# pleco pics



## vrb th hrb (Feb 20, 2010)

some recent pics of the gang in my 75 gallon

like the contrast between my two L14's


----------



## Dman (May 1, 2012)

Nice gold nuggets, I picked up a pair at ocean2 rivers and there just as nice,








What do you feed your gang?


----------



## Jackson (Jan 30, 2009)

The group is looking good how big are each of them?

Dman~

Different type of fish. Yours are baryancistrus sp.
VTH has scobinancistrus Aureatus


----------



## vrb th hrb (Feb 20, 2010)

Jackson said:


> The group is looking good how big are each of them?


The big sunshine is 5-6inches, I got him from a CP member named shiva about a year ago, she got it from Jjloyd on CP. The little one is about 3.5, and finally growing, I've had him almost 3 years, bought him from big als when he was like 1.5/2 inches.

My L191 is 5-6 inches are growing really fast, like with every water change there is visible growth, same with my papa panaque whos about 2.5. L114 is 4.5 inches and slowly growing, i bought him from BA's about 2.5 years ago when he was only 2 inches. L25 is the third one i've owned, he's 3.5inches, growing pretty slow but is active and eating well. The adonis is a beast, bought him 3 years ago and hes tripled in size. I will have to sell him soon, or get a bigger tank....

I like buying em small and growing them out, wish I had space for alot of big tanks like you guys and I could by some big L14 or L24/25



> Different type of fish. Yours are baryancistrus sp.
> VTH has scobinancistrus Aureatus


I've owned gold nuggets in the past, like them, but I find I have a hard time keeping Barys in general, they are very sensitive to nitrates I think.....
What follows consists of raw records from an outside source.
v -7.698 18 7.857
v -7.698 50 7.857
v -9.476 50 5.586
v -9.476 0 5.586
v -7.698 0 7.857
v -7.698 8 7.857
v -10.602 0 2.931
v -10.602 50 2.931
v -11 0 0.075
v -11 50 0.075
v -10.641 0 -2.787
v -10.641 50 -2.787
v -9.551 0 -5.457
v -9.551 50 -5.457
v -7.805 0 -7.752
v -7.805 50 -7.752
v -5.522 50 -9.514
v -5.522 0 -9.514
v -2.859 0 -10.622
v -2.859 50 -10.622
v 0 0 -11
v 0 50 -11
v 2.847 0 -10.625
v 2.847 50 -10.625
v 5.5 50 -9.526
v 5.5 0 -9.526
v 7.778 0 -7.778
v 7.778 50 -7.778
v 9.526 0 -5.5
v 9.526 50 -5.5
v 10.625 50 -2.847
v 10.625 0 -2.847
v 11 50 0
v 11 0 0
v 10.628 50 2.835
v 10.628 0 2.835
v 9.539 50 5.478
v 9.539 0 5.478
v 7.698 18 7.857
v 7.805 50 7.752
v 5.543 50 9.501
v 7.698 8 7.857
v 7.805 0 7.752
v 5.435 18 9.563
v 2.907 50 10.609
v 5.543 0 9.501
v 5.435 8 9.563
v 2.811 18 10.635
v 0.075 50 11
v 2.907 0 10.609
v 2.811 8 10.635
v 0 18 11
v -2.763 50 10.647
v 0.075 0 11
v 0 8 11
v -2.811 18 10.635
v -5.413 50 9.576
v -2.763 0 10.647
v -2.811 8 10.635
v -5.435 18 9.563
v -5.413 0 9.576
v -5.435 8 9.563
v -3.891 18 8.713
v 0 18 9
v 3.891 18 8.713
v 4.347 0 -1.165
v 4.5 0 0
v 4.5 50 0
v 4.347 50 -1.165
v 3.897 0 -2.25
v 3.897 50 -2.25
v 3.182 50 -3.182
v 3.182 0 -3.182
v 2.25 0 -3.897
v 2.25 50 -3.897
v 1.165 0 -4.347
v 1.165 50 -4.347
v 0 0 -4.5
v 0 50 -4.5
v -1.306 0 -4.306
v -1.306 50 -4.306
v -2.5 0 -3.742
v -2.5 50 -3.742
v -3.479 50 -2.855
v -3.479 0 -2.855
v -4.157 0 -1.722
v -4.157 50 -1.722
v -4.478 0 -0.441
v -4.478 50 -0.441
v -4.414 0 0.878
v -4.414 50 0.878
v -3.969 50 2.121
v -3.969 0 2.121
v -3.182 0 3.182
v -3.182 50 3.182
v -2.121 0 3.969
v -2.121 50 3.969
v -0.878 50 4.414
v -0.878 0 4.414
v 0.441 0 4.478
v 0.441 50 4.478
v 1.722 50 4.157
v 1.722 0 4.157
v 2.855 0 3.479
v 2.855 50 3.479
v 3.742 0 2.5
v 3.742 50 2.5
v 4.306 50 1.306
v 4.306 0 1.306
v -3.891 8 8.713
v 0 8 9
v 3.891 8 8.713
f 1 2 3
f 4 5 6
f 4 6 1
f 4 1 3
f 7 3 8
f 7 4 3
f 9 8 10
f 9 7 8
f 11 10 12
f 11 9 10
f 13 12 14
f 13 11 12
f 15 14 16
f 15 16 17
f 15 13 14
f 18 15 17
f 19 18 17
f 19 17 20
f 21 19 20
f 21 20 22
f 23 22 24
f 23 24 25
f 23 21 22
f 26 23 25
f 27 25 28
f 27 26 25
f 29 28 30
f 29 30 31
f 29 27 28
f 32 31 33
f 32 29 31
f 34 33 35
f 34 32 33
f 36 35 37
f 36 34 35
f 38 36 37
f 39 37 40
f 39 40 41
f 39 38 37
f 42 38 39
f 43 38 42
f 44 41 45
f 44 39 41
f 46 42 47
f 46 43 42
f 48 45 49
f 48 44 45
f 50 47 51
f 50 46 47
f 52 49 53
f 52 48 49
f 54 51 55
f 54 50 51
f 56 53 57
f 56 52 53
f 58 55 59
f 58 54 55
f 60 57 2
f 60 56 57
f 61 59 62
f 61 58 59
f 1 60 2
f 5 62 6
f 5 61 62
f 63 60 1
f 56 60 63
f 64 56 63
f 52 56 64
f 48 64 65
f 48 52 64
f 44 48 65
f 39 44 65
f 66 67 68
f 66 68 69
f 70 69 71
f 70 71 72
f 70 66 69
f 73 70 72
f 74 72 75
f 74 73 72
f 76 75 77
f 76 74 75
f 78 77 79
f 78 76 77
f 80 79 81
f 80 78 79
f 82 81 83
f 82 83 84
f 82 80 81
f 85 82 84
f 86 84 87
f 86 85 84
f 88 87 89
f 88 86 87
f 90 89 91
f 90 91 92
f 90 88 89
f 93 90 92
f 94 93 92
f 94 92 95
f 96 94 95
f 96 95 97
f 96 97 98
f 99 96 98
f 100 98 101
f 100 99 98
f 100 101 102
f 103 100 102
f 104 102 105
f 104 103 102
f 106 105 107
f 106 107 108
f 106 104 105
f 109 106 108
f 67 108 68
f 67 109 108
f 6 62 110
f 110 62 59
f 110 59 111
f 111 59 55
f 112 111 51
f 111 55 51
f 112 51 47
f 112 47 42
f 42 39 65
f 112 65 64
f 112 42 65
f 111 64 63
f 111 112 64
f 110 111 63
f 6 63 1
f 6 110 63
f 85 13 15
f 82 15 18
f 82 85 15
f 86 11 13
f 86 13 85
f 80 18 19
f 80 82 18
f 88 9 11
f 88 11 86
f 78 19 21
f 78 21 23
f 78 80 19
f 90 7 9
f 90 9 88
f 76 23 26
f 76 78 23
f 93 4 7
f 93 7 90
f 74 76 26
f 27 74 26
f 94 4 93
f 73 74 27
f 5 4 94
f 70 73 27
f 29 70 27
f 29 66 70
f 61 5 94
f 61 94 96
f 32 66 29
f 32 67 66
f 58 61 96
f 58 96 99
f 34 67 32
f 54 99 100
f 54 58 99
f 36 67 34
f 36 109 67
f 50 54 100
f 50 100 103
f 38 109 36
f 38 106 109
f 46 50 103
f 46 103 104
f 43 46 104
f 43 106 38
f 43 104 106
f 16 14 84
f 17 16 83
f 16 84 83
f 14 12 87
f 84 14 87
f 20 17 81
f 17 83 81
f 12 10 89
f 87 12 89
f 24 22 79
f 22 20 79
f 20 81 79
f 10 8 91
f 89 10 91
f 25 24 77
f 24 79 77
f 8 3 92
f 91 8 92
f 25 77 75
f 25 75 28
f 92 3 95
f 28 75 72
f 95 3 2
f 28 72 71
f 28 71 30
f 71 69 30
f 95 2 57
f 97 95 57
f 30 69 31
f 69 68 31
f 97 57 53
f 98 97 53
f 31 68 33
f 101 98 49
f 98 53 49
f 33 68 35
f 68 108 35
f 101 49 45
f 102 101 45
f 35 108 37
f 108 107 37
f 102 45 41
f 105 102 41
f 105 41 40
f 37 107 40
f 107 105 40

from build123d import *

# Parameters (mm, degrees)
F1_DEPTH = 8
F2_DEPTH = 18
F3_START = -18
F3_DEPTH = 32


with BuildPart() as f1:
    # F0 (on Front) → F1 (new body)
    with BuildSketch(Plane.XZ):
        with BuildLine():
            ThreePointArc((0, -11), (7.7781745931, -7.7781745931), (11, 0))
            ThreePointArc((11, 0), (10.1410640388, 4.2613167168), (7.6983963345, 7.8571428571))
            ThreePointArc((7.6983963345, 7.8571428571), (0, 9), (-7.6983963345, 7.8571428571))
            ThreePointArc((-7.6983963345, 7.8571428571), (-10.1840210975, -4.1576092031), (0, -11))
        make_face()
        with BuildLine():
            ThreePointArc((4.5, 0), (3.1819805153, -3.1819805153), (0, -4.5))
            ThreePointArc((0, -4.5), (-3.1819805153, 3.1819805153), (4.5, 0))
        make_face(mode=Mode.SUBTRACT)
        with BuildLine():
            ThreePointArc((-7.6983963345, 7.8571428571), (0, 9), (7.6983963345, 7.8571428571))
            ThreePointArc((7.6983963345, 7.8571428571), (0, 11), (-7.6983963345, 7.8571428571))
        make_face()
    extrude(amount=-F1_DEPTH)

    # F0 (on Front) → F2 (join)
    with BuildSketch(Plane.XZ):
        with BuildLine():
            ThreePointArc((0, -11), (7.7781745931, -7.7781745931), (11, 0))
            ThreePointArc((11, 0), (10.1410640388, 4.2613167168), (7.6983963345, 7.8571428571))
            ThreePointArc((7.6983963345, 7.8571428571), (0, 9), (-7.6983963345, 7.8571428571))
            ThreePointArc((-7.6983963345, 7.8571428571), (-10.1840210975, -4.1576092031), (0, -11))
        make_face()
        with BuildLine():
            ThreePointArc((4.5, 0), (3.1819805153, -3.1819805153), (0, -4.5))
            ThreePointArc((0, -4.5), (-3.1819805153, 3.1819805153), (4.5, 0))
        make_face(mode=Mode.SUBTRACT)
    extrude(amount=-F2_DEPTH)

    # F0 (on Front) → F3 (join)
    with BuildSketch(Plane.XZ.offset(F3_START)):
        with BuildLine():
            ThreePointArc((0, -11), (7.7781745931, -7.7781745931), (11, 0))
            ThreePointArc((11, 0), (10.1410640388, 4.2613167168), (7.6983963345, 7.8571428571))
            ThreePointArc((7.6983963345, 7.8571428571), (0, 9), (-7.6983963345, 7.8571428571))
            ThreePointArc((-7.6983963345, 7.8571428571), (-10.1840210975, -4.1576092031), (0, -11))
        make_face()
        with BuildLine():
            ThreePointArc((4.5, 0), (3.1819805153, -3.1819805153), (0, -4.5))
            ThreePointArc((0, -4.5), (-3.1819805153, 3.1819805153), (4.5, 0))
        make_face(mode=Mode.SUBTRACT)
        with BuildLine():
            ThreePointArc((-7.6983963345, 7.8571428571), (0, 9), (7.6983963345, 7.8571428571))
            ThreePointArc((7.6983963345, 7.8571428571), (0, 11), (-7.6983963345, 7.8571428571))
        make_face()
    extrude(amount=-F3_DEPTH)


solid = f1.part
sorry for the novel, lol. i really like my plecos


----------



## Jackson (Jan 30, 2009)

Hey I like reading about them so it's ok with me 

I have a weird 14 who is only getting fat lol I don't know what's wrong with it but it's for sure deformed in some way internally but it eats and swims just as much if not more than the other fish it's with.

I will never attempt any Bary ever again. They seem to be doing well and just drop dead.


----------



## matti2uude (Jan 10, 2009)

The one you got from shiva came from me originally. Lol


----------



## hiroku (Nov 7, 2012)

L14 and l25 are amazing when big I didn't want to wait for them to grow rather enjoy them now who knows how long I can keep up this hobby for lol

Here's mine


----------



## vrb th hrb (Feb 20, 2010)

matti2uude said:


> The one you got from shiva came from me originally. Lol


lol

maybe it passed through three hands

i thought i went from james, to her to me

but maybe it was you?

either way, one of my fave fish


----------



## vrb th hrb (Feb 20, 2010)

Jackson said:


> I will never attempt any Bary ever again. They seem to be doing well and just drop dead.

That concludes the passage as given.